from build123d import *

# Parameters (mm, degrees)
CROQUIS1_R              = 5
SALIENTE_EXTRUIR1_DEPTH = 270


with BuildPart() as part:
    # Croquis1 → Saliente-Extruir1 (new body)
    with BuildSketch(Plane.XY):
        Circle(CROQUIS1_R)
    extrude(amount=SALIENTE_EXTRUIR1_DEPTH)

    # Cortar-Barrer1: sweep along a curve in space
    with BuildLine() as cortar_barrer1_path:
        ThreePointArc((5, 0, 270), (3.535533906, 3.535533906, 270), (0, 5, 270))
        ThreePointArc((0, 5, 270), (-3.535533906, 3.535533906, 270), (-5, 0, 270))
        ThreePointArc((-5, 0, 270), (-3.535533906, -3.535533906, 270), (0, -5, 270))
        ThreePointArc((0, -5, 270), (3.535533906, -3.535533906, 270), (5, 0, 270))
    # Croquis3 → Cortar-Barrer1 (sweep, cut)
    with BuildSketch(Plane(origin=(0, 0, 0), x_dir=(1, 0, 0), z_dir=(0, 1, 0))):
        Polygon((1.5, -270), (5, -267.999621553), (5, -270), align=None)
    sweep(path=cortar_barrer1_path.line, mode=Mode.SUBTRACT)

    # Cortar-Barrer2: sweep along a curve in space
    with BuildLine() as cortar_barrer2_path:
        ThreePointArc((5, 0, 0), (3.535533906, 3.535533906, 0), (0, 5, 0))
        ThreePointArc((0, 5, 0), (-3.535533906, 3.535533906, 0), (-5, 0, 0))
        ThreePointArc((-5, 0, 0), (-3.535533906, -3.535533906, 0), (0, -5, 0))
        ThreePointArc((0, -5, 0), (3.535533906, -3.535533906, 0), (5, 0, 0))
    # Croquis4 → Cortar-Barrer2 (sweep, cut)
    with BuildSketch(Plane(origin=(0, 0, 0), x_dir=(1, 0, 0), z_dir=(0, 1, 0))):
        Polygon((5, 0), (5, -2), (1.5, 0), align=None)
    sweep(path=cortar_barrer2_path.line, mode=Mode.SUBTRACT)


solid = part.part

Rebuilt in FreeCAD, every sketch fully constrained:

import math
import FreeCAD as App
import Part
import Sketcher

V = App.Vector
Q = App.Units.Quantity


def add_polygon(sketch, points):
    """Adds a closed chain of lines whose ends are joined by coincident constraints."""
    first, n = sketch.GeometryCount, len(points)
    for a, b in zip(points, points[1:] + points[:1]):
        sketch.addGeometry(Part.LineSegment(App.Vector(*a, 0), App.Vector(*b, 0)), False)
    for i in range(n):
        sketch.addConstraint(Sketcher.Constraint("Coincident", first + i, 2, first + (i + 1) % n, 1))

doc = App.newDocument("Part")
body = doc.addObject("PartDesign::Body", "Body")

# Sketch on XY plane
sketch1 = doc.addObject("Sketcher::SketchObject", "Sketch")
body.addObject(sketch1)
sketch1.AttachmentSupport = (doc.XY_Plane, [""])
sketch1.MapMode = "FlatFace"
sketch1.addGeometry(Part.Circle(V(0, 0, 0), V(0, 0, 1), 5), False)
sketch1.addConstraint([
    Sketcher.Constraint("Coincident", 0, 3, -1, 1),
    Sketcher.Constraint("Diameter", 0, Q("10 mm")),
])
pad1 = doc.addObject("PartDesign::Pad", "Pad")
body.addObject(pad1)
pad1.Profile = sketch1
pad1.Length = 270

# Sketch on XZ plane
sketch2 = doc.addObject("Sketcher::SketchObject", "Sketch001")
body.addObject(sketch2)
sketch2.AttachmentSupport = (doc.XZ_Plane, [""])
sketch2.MapMode = "FlatFace"
add_polygon(sketch2, [(5, 267.999622), (1.5, 270), (5, 270)])  # lines 0-2
sketch2.addConstraint([
    Sketcher.Constraint("Horizontal", 1),
    Sketcher.Constraint("Vertical", 2),
    Sketcher.Constraint("DistanceX", 1, 1, 1, 2, Q("3.5 mm")),
    Sketcher.Constraint("DistanceY", -1, 1, 0, 2, Q("270 mm")),
    Sketcher.Constraint("DistanceX", -1, 1, 1, 2, Q("5 mm")),
    Sketcher.Constraint("DistanceY", 2, 2, 2, 1, Q("2.000378 mm")),
])

# Sketch on XY plane
sketch3 = doc.addObject("Sketcher::SketchObject", "Sketch002")
body.addObject(sketch3)
sketch3.AttachmentSupport = (doc.XY_Plane, [""])
sketch3.MapMode = "FlatFace"
sketch3.AttachmentOffset = App.Placement(V(0, 0, 270), App.Rotation())
sketch3.addGeometry([
    Part.ArcOfCircle(Part.Circle(V(0, 0, 0), V(0, 0, 1), 5), math.radians(0), math.radians(90)),
    Part.ArcOfCircle(Part.Circle(V(0, 0, 0), V(0, 0, 1), 5), math.radians(90), math.radians(180)),
    Part.ArcOfCircle(Part.Circle(V(0, 0, 0), V(0, 0, 1), 5), math.radians(180), math.radians(270)),
    Part.ArcOfCircle(Part.Circle(V(0, 0, 0), V(0, 0, 1), 5), math.radians(-90), math.radians(0)),
], False)
sketch3.addConstraint([
    Sketcher.Constraint("Tangent", 0, 2, 1, 1),
    Sketcher.Constraint("Tangent", 1, 2, 2, 1),
    Sketcher.Constraint("Tangent", 2, 2, 3, 1),
    Sketcher.Constraint("Tangent", 3, 2, 0, 1),
    Sketcher.Constraint("Coincident", 0, 3, -1, 1),
    Sketcher.Constraint("Equal", 0, 1),
    Sketcher.Constraint("PointOnObject", 0, 2, -2),
    Sketcher.Constraint("PointOnObject", 1, 2, -1),
    Sketcher.Constraint("PointOnObject", 2, 2, -2),
    Sketcher.Constraint("PointOnObject", 3, 2, -1),
    Sketcher.Constraint("Radius", 0, Q("5 mm")),
])
doc.recompute()

subtractivepipe = doc.addObject("PartDesign::SubtractivePipe", "SubtractivePipe")
body.addObject(subtractivepipe)
subtractivepipe.Profile = sketch2
subtractivepipe.Spine = (sketch3, ["Edge1", "Edge2", "Edge3", "Edge4"])

# Sketch on XZ plane
sketch4 = doc.addObject("Sketcher::SketchObject", "Sketch003")
body.addObject(sketch4)
sketch4.AttachmentSupport = (doc.XZ_Plane, [""])
sketch4.MapMode = "FlatFace"
add_polygon(sketch4, [(5, 2), (5, 0), (1.5, 0)])  # lines 0-2
sketch4.addConstraint([
    Sketcher.Constraint("Vertical", 0),
    Sketcher.Constraint("Horizontal", 1),
    Sketcher.Constraint("PointOnObject", 0, 2, -1),
    Sketcher.Constraint("DistanceY", 0, 2, 0, 1, Q("2 mm")),
    Sketcher.Constraint("DistanceX", 1, 2, 1, 1, Q("3.5 mm")),
    Sketcher.Constraint("DistanceX", -1, 1, 0, 2, Q("5 mm")),
])

# Sketch on XY plane
sketch5 = doc.addObject("Sketcher::SketchObject", "Sketch004")
body.addObject(sketch5)
sketch5.AttachmentSupport = (doc.XY_Plane, [""])
sketch5.MapMode = "FlatFace"
sketch5.addGeometry([
    Part.ArcOfCircle(Part.Circle(V(0, 0, 0), V(0, 0, 1), 5), math.radians(0), math.radians(90)),
    Part.ArcOfCircle(Part.Circle(V(0, 0, 0), V(0, 0, 1), 5), math.radians(90), math.radians(180)),
    Part.ArcOfCircle(Part.Circle(V(0, 0, 0), V(0, 0, 1), 5), math.radians(180), math.radians(270)),
    Part.ArcOfCircle(Part.Circle(V(0, 0, 0), V(0, 0, 1), 5), math.radians(-90), math.radians(0)),
], False)
sketch5.addConstraint([
    Sketcher.Constraint("Tangent", 0, 2, 1, 1),
    Sketcher.Constraint("Tangent", 1, 2, 2, 1),
    Sketcher.Constraint("Tangent", 2, 2, 3, 1),
    Sketcher.Constraint("Tangent", 3, 2, 0, 1),
    Sketcher.Constraint("Coincident", 0, 3, -1, 1),
    Sketcher.Constraint("Equal", 0, 1),
    Sketcher.Constraint("PointOnObject", 0, 2, -2),
    Sketcher.Constraint("PointOnObject", 1, 2, -1),
    Sketcher.Constraint("PointOnObject", 2, 2, -2),
    Sketcher.Constraint("PointOnObject", 3, 2, -1),
    Sketcher.Constraint("Radius", 0, Q("5 mm")),
])
doc.recompute()

subtractivepipe2 = doc.addObject("PartDesign::SubtractivePipe", "SubtractivePipe001")
body.addObject(subtractivepipe2)
subtractivepipe2.Profile = sketch4
subtractivepipe2.Spine = (sketch5, ["Edge1", "Edge2", "Edge3", "Edge4"])

doc.recompute()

━━━━━━━━━━

:: EXERCISE OBJECTIVE ::
In the listing above, locate the line containing "Polygon((5, 0), (5, -2), (1.5, 0), align=None)" and the line containing "Rebuilt in FreeCAD, every", then transcribe both and every line between them verbatim.

:: RESULT ::
        Polygon((5, 0), (5, -2), (1.5, 0), align=None)
    sweep(path=cortar_barrer2_path.line, mode=Mode.SUBTRACT)


solid = part.part

Rebuilt in FreeCAD, every sketch fully constrained:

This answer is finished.